In 2020, Janclesio joined Hồng Lĩnh Hà Tĩnh. He was named team captain shortly after his signature and played an important role to help his team finish in top 8 of the league table in their first ever season in V.League 1.

In 2021, Janclesio played for SHB Đà Nẵng. He appeared in every possible league game before the season was cancelled due to the effects of COVID-19 in Vietnam.
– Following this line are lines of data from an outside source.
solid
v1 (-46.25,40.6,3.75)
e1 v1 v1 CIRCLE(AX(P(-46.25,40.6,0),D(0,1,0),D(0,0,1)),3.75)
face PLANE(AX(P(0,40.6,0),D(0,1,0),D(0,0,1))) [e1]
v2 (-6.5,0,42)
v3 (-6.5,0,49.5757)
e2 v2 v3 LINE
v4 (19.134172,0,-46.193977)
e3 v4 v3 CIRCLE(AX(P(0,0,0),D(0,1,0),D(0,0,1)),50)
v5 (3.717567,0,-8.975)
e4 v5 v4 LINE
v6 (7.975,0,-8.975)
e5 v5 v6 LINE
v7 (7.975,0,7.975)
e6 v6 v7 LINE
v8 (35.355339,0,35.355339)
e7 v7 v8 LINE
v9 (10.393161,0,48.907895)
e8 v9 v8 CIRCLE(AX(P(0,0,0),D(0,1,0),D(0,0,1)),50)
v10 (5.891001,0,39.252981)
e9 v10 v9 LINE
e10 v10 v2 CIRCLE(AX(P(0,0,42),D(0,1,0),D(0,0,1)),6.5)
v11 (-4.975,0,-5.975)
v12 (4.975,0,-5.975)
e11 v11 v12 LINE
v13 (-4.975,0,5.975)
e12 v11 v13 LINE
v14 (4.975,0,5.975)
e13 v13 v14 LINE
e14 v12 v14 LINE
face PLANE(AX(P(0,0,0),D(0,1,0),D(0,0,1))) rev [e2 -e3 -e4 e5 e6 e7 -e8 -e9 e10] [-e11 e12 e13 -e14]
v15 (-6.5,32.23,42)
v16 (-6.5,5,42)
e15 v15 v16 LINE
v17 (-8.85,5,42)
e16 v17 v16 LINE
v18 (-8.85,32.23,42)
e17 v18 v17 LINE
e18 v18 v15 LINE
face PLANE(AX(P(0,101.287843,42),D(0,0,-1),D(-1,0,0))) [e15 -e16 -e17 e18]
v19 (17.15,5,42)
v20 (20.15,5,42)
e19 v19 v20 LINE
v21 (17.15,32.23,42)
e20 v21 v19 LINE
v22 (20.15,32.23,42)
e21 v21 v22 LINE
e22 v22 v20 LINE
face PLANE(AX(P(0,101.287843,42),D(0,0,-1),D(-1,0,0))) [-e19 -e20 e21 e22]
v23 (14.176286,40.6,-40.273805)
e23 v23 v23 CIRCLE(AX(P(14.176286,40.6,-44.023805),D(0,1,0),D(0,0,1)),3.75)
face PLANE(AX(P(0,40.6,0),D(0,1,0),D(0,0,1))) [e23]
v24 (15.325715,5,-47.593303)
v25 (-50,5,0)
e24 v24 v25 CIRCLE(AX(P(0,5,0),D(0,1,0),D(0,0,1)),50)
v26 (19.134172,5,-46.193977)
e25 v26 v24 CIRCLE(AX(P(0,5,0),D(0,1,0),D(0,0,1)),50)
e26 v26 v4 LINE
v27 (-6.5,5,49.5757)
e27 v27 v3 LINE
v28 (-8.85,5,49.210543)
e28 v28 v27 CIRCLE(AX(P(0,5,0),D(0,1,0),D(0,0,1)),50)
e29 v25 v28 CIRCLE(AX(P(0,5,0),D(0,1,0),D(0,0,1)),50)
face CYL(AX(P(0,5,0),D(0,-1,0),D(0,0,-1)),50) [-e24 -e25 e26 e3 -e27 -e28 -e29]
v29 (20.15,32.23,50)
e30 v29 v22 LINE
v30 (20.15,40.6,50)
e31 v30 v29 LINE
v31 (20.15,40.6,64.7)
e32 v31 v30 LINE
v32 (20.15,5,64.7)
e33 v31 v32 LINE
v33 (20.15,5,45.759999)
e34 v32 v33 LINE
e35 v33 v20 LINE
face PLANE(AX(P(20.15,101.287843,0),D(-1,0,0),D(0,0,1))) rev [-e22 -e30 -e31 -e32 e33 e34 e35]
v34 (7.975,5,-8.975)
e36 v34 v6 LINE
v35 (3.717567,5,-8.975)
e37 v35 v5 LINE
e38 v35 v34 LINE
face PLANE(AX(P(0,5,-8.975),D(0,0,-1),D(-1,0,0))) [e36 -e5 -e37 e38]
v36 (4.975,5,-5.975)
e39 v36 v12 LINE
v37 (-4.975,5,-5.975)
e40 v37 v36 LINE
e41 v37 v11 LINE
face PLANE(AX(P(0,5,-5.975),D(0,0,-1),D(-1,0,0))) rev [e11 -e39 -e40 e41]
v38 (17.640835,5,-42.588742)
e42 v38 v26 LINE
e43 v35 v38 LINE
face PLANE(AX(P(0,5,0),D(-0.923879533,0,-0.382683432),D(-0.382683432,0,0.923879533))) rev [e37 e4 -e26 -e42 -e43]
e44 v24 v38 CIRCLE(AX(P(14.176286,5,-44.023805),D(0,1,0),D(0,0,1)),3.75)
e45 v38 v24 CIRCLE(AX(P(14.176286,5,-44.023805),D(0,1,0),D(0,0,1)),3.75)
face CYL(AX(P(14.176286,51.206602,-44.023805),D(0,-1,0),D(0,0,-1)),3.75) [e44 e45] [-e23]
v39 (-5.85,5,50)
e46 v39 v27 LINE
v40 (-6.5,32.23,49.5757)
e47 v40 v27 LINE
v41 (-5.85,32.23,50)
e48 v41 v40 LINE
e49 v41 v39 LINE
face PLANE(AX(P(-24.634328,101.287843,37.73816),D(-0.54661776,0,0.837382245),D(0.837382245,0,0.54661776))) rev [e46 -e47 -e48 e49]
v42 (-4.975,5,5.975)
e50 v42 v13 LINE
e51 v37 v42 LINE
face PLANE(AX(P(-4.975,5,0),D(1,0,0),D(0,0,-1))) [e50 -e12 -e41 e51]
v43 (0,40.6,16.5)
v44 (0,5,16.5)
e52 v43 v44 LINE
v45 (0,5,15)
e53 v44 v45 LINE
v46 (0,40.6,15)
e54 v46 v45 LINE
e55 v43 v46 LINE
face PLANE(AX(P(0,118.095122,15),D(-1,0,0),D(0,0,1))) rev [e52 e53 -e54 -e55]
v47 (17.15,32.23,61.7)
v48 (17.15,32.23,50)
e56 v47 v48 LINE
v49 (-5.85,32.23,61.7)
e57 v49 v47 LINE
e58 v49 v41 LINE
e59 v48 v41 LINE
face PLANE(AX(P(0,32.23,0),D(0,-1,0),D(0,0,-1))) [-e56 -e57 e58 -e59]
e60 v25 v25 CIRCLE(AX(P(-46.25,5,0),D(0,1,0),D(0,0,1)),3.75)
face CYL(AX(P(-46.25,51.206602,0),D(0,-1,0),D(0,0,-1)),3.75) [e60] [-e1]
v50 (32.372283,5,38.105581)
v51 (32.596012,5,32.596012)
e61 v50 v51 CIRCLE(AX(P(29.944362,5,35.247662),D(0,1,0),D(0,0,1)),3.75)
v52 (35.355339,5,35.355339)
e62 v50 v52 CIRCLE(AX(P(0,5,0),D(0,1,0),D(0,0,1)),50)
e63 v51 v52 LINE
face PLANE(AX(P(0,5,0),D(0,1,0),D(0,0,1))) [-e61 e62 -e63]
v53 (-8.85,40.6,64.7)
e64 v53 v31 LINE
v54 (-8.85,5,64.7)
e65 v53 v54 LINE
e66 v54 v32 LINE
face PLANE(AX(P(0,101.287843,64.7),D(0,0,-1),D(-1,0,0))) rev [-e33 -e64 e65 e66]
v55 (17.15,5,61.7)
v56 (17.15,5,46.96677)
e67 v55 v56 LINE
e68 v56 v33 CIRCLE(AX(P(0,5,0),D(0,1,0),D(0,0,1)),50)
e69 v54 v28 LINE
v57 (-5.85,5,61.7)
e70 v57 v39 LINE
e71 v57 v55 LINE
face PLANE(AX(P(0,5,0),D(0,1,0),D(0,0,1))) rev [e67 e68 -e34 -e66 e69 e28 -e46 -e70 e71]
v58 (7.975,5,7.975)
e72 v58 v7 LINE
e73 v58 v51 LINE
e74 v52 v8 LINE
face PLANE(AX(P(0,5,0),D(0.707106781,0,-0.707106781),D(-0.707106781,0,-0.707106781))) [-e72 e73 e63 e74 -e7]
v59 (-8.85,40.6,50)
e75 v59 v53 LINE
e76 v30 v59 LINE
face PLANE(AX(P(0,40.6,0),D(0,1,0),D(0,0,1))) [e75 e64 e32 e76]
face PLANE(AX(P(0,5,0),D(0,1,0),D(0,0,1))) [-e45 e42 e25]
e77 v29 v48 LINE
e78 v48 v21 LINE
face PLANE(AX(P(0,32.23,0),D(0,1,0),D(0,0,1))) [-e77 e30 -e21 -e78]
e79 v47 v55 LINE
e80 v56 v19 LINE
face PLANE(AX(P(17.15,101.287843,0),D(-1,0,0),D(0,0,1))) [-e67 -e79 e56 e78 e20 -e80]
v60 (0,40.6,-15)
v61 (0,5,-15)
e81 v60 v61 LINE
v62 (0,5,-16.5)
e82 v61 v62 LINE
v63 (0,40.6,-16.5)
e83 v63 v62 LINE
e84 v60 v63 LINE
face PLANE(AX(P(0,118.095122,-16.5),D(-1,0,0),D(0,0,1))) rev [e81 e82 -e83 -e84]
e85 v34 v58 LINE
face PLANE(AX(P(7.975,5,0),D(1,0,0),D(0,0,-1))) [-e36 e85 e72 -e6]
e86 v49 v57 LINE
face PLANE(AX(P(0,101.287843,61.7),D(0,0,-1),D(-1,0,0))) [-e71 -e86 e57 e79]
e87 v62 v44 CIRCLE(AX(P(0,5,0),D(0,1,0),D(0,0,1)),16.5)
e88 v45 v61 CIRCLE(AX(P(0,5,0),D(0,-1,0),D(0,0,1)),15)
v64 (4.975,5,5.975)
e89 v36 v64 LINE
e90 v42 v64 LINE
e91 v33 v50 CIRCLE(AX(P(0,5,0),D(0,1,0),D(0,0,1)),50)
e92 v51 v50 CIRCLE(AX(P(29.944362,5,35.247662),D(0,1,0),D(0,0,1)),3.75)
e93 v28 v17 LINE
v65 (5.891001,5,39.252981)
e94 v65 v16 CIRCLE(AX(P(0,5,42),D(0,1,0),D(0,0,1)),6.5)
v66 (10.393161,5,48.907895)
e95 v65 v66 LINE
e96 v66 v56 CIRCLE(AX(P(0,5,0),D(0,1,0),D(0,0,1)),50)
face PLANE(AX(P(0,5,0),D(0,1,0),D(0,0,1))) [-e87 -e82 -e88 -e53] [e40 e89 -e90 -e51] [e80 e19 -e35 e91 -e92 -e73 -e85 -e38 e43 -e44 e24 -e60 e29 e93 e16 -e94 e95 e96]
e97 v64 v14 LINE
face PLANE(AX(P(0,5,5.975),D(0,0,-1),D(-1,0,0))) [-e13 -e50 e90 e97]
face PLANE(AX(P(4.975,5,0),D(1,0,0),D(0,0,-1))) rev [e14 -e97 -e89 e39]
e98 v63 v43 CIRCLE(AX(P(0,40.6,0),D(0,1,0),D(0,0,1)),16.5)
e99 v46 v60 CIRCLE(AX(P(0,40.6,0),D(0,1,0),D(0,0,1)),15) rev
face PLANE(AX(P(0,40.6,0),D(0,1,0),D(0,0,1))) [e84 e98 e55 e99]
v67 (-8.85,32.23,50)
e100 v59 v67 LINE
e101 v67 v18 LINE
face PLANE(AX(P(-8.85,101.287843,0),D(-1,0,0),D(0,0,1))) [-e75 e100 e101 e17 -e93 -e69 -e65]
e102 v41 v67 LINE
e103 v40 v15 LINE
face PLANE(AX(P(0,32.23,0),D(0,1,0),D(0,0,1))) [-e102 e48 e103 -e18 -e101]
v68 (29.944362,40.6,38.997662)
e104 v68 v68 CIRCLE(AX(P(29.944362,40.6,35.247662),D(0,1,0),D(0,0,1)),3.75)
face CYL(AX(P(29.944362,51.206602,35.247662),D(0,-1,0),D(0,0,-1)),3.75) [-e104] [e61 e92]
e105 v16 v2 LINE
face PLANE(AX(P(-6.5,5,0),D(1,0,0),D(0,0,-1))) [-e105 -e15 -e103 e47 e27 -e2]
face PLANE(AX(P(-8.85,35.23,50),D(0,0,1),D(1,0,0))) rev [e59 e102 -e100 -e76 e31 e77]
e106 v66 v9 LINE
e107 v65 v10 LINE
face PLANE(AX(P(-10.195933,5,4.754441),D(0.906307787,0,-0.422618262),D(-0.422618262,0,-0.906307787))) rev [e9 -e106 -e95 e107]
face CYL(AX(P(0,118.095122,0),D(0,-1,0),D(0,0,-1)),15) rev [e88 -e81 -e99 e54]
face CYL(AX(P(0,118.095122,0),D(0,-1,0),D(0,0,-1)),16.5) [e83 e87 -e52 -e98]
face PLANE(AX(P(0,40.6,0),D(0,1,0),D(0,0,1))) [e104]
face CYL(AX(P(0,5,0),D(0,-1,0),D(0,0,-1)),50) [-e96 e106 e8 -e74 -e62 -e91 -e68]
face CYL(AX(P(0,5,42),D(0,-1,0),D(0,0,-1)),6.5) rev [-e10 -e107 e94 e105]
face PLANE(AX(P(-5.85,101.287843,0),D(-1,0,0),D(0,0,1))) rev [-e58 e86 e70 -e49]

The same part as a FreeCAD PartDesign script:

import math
import FreeCAD as App
import Part
import Sketcher

V = App.Vector
Q = App.Units.Quantity


def add_polygon(sketch, points):
    """Adds a closed chain of lines whose ends are joined by coincident constraints."""
    first, n = sketch.GeometryCount, len(points)
    for a, b in zip(points, points[1:] + points[:1]):
        sketch.addGeometry(Part.LineSegment(App.Vector(*a, 0), App.Vector(*b, 0)), False)
    for i in range(n):
        sketch.addConstraint(Sketcher.Constraint("Coincident", first + i, 2, first + (i + 1) % n, 1))

doc = App.newDocument("Part")
body = doc.addObject("PartDesign::Body", "Body")

# Sketch on XZ plane
sketch1 = body.newObject("Sketcher::SketchObject", "Sketch")
sketch1.AttachmentSupport = (doc.getObject("XZ_Plane"), [""])
sketch1.MapMode = "FlatFace"
sketch1.addGeometry(Part.LineSegment(V(35.4, 35.4, 0), V(8, 8, 0)), False)  # 0
sketch1.addGeometry(Part.LineSegment(V(8, 8, 0), V(8, -9, 0)), False)  # 1
sketch1.addGeometry(Part.LineSegment(V(8, -9, 0), V(3.7, -9, 0)), False)  # 2
sketch1.addGeometry(Part.LineSegment(V(3.7, -9, 0), V(19.1, -46.2, 0)), False)  # 3
sketch1.addGeometry(Part.ArcOfCircle(Part.Circle(V(0, 0, 0), V(0, 0, 1), 50), math.radians(97), math.radians(292)), False)  # 4
sketch1.addGeometry(Part.LineSegment(V(-6.5, 49.6, 0), V(-6.5, 42, 0)), False)  # 5
sketch1.addGeometry(Part.ArcOfCircle(Part.Circle(V(0, 42, 0), V(0, 0, 1), 6.5), math.radians(180), math.radians(335)), False)  # 6
sketch1.addGeometry(Part.LineSegment(V(5.9, 39.3, 0), V(10.4, 48.9, 0)), False)  # 7
sketch1.addGeometry(Part.ArcOfCircle(Part.Circle(V(0, 0, 0), V(0, 0, 1), 50), math.radians(45), math.radians(78)), False)  # 8
add_polygon(sketch1, [(5, 6), (-5, 6), (-5, -6), (5, -6)])  # lines 9-12
sketch1.addConstraint([
    Sketcher.Constraint("Coincident", 0, 2, 1, 1),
On 21 December 2021, Janclesio made his comeback to Hồng Lĩnh Hà Tĩnh. In the last round of the 2022 V.League 1 season, he scored the winning goal for his team's 2–1 victory against Thanh Hóa, thus helped his team avoid relegation as they are 1 point above the relegation zone. He scored a total of 7 goals during the season, a record for a defender in V.League 1's history.

In August 2023, Becamex Bình Dương announced the signing of Janclesio to the team. He made his debut as a starter 29 October 2023, as Becamex Binh Duong defeated Binh Dinh 2–0.